==== SUPPLIED DATA

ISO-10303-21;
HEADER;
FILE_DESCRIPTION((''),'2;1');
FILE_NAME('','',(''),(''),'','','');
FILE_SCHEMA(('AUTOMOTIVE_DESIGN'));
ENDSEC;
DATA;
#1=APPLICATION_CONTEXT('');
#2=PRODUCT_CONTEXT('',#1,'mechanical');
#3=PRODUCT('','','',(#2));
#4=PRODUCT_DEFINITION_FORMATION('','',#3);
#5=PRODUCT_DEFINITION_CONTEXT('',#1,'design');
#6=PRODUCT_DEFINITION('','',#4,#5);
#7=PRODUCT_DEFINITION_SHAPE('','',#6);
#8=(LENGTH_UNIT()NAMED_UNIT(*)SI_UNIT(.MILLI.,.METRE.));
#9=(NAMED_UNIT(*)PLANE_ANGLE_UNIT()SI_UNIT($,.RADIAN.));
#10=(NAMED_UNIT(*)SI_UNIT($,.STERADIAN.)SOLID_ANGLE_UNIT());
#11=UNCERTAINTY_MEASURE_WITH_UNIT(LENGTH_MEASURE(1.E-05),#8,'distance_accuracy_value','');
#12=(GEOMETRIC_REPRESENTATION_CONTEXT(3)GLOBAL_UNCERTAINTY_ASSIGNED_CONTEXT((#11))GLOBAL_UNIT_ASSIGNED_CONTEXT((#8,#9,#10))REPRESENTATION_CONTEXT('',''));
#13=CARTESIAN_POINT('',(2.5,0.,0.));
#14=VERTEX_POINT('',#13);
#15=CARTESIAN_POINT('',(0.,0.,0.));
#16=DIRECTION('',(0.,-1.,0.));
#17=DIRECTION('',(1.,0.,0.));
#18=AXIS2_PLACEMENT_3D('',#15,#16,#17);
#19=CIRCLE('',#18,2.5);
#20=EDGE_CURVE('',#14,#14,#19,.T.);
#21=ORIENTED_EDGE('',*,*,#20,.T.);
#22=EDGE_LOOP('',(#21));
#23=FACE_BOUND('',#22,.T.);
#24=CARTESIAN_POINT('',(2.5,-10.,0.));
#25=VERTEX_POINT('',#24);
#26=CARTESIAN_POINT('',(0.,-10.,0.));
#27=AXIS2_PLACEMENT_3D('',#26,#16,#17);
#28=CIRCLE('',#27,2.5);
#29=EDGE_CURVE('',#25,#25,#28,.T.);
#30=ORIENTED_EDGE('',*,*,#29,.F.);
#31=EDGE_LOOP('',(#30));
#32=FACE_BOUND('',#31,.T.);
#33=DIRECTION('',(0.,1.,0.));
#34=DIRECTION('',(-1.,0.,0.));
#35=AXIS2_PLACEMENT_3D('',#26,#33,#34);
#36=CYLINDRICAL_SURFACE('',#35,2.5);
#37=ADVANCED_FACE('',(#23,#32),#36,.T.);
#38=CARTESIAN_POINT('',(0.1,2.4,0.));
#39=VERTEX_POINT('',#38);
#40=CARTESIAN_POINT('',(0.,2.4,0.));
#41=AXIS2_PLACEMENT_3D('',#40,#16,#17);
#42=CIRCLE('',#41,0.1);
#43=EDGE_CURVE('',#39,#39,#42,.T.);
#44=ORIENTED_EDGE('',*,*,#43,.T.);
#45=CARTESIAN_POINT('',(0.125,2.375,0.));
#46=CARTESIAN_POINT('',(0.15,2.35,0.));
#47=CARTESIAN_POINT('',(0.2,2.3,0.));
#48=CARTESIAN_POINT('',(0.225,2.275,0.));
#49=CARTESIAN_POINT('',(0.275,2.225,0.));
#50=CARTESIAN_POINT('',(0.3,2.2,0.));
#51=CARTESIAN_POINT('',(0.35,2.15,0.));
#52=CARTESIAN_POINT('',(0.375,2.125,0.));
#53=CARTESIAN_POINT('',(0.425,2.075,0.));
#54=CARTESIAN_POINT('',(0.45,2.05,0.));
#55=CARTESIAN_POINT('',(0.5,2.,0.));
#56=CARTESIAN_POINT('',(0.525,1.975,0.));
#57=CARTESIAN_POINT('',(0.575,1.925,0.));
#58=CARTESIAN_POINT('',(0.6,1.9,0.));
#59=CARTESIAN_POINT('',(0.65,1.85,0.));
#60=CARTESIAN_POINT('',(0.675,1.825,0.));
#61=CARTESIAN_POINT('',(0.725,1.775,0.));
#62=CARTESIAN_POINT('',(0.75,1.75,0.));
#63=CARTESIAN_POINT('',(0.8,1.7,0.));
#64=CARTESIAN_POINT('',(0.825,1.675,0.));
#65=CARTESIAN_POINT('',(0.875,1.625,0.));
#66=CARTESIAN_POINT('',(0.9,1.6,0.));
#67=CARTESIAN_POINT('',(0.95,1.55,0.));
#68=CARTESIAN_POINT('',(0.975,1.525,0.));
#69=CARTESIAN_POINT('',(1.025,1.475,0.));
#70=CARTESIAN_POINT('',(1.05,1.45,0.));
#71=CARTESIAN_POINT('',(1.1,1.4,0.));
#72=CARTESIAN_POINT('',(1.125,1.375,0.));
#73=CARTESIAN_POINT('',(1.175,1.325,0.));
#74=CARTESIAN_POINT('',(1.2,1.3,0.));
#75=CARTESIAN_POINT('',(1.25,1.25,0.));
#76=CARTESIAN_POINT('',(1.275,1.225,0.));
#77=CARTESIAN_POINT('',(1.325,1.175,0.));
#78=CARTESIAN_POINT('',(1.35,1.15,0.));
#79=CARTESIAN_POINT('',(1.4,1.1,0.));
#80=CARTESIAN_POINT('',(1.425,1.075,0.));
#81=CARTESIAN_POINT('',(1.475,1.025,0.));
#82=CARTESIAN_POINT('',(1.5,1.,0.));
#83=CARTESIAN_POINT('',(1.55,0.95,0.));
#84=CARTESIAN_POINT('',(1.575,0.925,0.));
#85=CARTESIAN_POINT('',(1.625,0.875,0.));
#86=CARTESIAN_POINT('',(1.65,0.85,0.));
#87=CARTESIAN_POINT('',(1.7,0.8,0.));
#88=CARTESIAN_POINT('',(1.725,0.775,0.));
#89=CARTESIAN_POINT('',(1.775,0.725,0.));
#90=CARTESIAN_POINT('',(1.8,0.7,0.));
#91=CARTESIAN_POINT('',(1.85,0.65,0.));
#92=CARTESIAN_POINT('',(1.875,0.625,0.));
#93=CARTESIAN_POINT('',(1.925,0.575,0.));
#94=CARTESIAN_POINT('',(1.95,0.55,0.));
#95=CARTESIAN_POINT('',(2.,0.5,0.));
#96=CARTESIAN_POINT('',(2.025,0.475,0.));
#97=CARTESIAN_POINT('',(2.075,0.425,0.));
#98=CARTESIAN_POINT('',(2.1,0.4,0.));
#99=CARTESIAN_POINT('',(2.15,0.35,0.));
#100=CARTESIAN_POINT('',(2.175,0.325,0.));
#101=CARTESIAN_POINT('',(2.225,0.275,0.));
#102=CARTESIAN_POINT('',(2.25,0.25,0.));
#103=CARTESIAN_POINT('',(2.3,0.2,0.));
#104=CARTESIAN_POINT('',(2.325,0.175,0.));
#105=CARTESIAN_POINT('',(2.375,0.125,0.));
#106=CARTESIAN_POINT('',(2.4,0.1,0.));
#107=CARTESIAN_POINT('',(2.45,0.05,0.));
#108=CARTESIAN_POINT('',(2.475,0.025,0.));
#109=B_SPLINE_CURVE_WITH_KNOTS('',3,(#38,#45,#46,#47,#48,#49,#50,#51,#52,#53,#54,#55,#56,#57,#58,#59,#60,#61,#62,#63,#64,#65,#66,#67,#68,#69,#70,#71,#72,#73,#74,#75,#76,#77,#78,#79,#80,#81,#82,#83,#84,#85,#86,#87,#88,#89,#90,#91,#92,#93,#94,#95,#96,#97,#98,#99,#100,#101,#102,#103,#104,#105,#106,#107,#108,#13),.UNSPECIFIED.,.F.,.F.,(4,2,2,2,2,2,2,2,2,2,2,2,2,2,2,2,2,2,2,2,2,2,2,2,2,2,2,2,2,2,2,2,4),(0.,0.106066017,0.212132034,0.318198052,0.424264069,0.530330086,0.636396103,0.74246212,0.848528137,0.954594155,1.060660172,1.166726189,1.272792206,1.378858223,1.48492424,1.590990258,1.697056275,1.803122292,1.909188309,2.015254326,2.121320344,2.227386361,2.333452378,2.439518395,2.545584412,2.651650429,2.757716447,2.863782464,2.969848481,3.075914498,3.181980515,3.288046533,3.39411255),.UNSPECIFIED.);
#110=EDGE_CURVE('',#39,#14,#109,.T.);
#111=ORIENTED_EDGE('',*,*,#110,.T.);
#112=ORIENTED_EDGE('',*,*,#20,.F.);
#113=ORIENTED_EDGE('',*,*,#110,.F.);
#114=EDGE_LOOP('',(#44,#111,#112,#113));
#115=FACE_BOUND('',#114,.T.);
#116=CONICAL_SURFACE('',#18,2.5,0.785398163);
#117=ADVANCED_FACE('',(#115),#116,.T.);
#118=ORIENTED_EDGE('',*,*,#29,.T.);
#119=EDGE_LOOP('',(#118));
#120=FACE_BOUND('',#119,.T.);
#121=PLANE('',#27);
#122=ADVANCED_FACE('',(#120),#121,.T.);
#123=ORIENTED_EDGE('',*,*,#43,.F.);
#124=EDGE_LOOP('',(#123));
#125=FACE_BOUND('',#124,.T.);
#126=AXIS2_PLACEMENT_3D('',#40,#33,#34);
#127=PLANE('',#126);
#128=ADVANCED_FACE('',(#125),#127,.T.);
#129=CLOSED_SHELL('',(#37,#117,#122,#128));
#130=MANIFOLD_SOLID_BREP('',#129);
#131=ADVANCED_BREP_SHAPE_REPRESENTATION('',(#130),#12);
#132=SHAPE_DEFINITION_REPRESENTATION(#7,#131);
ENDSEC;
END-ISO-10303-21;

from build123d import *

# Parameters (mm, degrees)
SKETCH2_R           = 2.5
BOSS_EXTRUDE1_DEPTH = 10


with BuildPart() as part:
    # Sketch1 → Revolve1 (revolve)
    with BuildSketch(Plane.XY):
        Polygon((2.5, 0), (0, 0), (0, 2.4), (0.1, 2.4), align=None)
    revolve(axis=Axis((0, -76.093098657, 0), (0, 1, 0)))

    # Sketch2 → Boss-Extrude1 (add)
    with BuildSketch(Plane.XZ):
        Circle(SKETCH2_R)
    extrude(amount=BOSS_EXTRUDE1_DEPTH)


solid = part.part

========
==== SUPPLIED DATA

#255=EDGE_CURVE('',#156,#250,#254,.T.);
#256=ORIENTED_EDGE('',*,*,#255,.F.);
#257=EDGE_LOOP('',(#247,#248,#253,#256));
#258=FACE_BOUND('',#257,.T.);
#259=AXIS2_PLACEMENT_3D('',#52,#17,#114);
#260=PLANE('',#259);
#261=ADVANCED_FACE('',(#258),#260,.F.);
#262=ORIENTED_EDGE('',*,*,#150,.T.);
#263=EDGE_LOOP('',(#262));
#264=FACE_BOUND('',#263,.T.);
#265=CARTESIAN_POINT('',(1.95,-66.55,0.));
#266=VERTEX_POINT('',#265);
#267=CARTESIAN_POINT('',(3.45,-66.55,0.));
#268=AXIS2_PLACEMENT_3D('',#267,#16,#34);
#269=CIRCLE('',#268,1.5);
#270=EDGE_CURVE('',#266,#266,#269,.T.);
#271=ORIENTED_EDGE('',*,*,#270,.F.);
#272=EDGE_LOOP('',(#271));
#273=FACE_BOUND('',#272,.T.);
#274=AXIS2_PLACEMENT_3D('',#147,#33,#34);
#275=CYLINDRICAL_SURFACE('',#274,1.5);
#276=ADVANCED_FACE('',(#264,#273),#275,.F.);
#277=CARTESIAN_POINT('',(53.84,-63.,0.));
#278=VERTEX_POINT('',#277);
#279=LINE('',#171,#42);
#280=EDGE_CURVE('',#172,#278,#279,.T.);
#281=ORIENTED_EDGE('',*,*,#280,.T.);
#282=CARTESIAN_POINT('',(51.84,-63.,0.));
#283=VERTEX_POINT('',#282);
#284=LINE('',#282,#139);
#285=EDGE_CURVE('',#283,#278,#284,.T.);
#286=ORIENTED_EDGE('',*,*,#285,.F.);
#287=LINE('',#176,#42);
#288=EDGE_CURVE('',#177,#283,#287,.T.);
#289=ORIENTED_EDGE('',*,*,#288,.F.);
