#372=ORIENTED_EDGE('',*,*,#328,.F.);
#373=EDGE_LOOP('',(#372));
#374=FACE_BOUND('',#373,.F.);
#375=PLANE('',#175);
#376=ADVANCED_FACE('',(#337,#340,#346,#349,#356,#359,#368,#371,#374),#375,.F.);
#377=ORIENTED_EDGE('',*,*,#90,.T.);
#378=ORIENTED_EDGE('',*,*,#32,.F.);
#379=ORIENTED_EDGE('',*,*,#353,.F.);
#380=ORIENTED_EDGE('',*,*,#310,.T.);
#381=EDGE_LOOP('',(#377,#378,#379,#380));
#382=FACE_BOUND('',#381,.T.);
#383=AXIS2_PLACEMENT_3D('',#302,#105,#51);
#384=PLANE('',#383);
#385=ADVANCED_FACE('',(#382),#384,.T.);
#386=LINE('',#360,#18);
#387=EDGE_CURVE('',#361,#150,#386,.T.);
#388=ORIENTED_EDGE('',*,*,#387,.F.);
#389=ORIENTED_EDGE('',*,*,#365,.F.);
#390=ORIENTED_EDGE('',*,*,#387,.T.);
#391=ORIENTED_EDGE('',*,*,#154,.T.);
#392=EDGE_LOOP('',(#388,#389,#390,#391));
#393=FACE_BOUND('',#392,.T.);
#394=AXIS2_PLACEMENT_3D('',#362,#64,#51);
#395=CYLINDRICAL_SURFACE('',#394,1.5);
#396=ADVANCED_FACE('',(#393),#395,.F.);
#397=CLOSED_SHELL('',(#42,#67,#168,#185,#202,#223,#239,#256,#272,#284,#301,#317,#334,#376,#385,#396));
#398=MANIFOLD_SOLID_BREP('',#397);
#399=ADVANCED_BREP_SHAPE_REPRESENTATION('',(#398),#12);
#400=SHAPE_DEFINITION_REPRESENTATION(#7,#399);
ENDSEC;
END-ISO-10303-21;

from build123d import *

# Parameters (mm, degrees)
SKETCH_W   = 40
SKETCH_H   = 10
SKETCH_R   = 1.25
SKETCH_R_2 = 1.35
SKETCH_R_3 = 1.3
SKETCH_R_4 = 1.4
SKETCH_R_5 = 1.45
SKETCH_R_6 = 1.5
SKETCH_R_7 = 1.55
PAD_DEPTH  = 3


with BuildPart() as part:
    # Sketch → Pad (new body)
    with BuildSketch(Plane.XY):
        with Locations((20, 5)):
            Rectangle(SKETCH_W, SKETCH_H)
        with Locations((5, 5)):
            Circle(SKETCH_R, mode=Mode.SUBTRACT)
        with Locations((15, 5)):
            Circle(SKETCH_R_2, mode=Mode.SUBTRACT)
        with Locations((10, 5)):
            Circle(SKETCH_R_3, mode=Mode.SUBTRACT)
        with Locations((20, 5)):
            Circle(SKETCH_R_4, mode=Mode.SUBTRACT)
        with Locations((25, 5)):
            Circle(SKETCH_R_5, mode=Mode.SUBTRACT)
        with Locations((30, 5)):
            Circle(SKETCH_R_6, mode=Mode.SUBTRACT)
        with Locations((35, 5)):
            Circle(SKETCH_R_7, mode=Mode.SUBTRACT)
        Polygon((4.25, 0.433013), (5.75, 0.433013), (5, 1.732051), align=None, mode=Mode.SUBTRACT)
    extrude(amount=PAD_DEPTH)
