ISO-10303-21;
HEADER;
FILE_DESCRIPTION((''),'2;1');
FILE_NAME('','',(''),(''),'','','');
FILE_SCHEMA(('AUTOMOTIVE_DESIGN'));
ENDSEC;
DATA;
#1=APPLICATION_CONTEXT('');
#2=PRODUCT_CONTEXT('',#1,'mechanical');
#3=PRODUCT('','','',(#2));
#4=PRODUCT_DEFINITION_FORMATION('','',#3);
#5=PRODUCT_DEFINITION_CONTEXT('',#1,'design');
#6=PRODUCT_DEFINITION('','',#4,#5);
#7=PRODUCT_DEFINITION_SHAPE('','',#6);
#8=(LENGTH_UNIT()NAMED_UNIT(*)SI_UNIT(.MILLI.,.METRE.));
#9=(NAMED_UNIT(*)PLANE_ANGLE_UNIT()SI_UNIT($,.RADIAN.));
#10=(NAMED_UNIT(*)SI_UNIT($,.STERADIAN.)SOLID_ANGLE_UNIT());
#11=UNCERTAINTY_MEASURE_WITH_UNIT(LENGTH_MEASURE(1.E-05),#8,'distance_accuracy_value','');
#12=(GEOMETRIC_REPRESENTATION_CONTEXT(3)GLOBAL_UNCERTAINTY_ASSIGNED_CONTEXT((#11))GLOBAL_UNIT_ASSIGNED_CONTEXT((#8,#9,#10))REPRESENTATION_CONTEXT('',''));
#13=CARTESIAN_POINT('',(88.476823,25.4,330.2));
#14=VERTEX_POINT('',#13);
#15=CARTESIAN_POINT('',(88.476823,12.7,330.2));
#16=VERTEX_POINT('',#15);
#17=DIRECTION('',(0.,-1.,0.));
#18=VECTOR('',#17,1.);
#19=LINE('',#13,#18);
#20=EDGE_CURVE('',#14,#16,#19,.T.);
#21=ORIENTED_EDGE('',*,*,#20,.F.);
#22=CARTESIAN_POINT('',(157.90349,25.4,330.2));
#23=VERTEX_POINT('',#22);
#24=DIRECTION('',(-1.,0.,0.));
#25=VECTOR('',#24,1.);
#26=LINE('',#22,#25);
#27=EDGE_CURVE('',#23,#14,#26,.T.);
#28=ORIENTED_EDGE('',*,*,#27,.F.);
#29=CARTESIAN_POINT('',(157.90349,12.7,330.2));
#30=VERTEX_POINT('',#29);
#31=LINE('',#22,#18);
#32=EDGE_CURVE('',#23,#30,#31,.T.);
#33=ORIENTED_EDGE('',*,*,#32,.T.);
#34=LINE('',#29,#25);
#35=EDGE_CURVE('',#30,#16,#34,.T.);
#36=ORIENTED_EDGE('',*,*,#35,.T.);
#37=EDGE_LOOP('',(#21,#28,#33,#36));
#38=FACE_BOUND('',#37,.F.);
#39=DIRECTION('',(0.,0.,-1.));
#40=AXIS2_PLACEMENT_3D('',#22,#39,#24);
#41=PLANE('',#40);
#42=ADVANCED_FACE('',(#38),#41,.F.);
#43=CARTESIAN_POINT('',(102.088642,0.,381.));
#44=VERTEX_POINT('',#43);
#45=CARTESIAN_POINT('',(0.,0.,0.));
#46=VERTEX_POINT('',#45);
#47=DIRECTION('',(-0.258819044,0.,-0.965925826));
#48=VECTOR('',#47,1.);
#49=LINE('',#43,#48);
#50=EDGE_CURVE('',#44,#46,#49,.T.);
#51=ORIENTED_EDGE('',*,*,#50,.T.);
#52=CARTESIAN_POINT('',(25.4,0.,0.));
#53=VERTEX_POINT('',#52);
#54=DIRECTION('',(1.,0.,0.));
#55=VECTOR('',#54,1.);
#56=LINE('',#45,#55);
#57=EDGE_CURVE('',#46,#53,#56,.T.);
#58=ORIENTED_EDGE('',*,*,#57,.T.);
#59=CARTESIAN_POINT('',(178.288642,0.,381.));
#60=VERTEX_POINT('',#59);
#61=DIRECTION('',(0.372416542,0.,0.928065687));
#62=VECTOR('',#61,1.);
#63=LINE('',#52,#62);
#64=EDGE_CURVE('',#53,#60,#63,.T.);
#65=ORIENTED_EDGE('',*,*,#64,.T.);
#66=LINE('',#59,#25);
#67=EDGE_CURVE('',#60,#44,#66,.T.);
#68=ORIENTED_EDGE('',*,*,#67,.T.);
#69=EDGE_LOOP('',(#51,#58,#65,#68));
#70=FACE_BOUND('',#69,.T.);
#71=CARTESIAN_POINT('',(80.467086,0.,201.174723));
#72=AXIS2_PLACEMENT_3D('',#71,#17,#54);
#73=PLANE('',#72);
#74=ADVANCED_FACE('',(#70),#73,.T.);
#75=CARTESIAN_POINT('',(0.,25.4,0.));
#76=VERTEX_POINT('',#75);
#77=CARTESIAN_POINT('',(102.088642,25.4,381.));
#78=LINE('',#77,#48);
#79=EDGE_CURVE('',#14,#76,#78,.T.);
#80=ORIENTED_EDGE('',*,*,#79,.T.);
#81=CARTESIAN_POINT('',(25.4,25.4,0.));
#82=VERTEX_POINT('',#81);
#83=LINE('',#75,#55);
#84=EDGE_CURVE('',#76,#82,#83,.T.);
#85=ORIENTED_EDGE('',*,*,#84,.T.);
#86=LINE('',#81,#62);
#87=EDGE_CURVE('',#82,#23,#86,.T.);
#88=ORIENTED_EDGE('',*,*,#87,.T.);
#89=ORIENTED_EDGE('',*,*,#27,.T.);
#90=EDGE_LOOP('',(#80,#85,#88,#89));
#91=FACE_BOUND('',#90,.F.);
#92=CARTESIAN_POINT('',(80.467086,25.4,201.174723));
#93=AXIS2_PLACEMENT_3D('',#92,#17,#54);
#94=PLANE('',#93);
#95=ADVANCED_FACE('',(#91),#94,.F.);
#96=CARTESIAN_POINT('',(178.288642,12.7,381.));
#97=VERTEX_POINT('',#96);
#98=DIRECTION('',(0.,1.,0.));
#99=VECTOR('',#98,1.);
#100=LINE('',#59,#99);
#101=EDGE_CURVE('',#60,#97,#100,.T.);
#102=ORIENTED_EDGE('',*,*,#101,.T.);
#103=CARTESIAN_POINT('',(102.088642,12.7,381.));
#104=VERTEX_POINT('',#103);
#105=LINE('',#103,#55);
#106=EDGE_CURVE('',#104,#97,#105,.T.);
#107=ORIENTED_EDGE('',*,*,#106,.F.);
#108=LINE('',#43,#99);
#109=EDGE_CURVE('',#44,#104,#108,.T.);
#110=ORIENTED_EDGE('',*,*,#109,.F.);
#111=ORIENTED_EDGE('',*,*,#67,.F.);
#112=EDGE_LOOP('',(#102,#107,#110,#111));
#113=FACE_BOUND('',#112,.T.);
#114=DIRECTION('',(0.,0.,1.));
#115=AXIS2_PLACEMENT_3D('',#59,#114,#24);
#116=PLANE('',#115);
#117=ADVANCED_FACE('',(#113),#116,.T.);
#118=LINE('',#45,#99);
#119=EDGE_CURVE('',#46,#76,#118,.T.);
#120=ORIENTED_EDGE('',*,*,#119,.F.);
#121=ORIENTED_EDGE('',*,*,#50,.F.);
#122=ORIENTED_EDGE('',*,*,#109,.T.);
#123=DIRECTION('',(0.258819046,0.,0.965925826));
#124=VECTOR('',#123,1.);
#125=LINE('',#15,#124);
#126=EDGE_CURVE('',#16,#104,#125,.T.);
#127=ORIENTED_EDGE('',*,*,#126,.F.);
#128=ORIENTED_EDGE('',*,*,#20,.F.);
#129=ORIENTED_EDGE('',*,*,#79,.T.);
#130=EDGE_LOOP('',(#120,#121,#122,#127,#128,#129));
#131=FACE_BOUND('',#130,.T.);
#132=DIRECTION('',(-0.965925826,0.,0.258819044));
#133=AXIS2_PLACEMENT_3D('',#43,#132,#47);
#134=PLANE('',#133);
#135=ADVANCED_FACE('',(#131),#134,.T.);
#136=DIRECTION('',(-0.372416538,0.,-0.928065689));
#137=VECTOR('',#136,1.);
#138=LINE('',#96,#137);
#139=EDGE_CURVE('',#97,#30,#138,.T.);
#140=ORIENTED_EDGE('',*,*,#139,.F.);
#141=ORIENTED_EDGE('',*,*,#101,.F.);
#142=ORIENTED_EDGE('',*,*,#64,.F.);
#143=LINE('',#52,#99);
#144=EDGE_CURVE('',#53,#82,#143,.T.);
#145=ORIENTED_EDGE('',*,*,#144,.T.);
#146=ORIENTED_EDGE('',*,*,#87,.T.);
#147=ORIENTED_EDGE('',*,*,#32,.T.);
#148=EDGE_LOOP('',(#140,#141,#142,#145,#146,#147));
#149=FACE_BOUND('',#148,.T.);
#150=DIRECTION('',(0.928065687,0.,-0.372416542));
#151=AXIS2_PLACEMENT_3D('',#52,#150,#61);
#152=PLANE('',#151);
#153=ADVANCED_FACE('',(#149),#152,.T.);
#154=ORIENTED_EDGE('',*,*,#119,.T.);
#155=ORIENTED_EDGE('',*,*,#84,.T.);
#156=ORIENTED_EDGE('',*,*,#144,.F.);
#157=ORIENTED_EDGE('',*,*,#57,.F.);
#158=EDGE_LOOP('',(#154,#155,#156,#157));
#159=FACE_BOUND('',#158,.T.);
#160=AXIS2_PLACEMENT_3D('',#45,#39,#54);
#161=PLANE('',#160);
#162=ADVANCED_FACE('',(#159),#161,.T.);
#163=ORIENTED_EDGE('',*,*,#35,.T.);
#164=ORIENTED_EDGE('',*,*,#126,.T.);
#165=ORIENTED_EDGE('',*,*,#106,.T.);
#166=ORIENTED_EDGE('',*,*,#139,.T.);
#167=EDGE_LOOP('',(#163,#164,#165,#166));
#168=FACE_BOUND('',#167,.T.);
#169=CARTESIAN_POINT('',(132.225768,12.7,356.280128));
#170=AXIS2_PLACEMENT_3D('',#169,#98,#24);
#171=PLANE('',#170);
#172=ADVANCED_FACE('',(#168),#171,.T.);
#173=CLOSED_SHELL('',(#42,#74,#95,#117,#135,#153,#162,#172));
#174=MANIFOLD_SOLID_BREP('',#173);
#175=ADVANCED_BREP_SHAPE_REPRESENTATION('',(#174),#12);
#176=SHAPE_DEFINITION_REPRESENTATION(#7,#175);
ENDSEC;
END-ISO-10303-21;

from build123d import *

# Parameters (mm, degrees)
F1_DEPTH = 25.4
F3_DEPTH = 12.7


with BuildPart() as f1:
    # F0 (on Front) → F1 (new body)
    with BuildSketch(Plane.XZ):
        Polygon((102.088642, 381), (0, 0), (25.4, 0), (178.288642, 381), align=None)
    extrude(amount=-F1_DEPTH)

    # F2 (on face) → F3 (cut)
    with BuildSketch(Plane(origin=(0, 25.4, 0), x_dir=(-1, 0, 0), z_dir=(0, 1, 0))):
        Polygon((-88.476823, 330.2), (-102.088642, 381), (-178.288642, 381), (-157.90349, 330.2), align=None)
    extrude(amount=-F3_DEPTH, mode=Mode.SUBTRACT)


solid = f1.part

========

From the entries above, return exactly the line containing "#49=LINE('',#43,#48);", the line containing "#68=ORIENTED_EDGE('',*,*,#67,.T.);", and all lines between, and nothing else.

COMPLETED TASK
#49=LINE('',#43,#48);
#50=EDGE_CURVE('',#44,#46,#49,.T.);
#51=ORIENTED_EDGE('',*,*,#50,.T.);
#52=CARTESIAN_POINT('',(25.4,0.,0.));
#53=VERTEX_POINT('',#52);
#54=DIRECTION('',(1.,0.,0.));
#55=VECTOR('',#54,1.);
#56=LINE('',#45,#55);
#57=EDGE_CURVE('',#46,#53,#56,.T.);
#58=ORIENTED_EDGE('',*,*,#57,.T.);
#59=CARTESIAN_POINT('',(178.288642,0.,381.));
#60=VERTEX_POINT('',#59);
#61=DIRECTION('',(0.372416542,0.,0.928065687));
#62=VECTOR('',#61,1.);
#63=LINE('',#52,#62);
#64=EDGE_CURVE('',#53,#60,#63,.T.);
#65=ORIENTED_EDGE('',*,*,#64,.T.);
#66=LINE('',#59,#25);
#67=EDGE_CURVE('',#60,#44,#66,.T.);
#68=ORIENTED_EDGE('',*,*,#67,.T.);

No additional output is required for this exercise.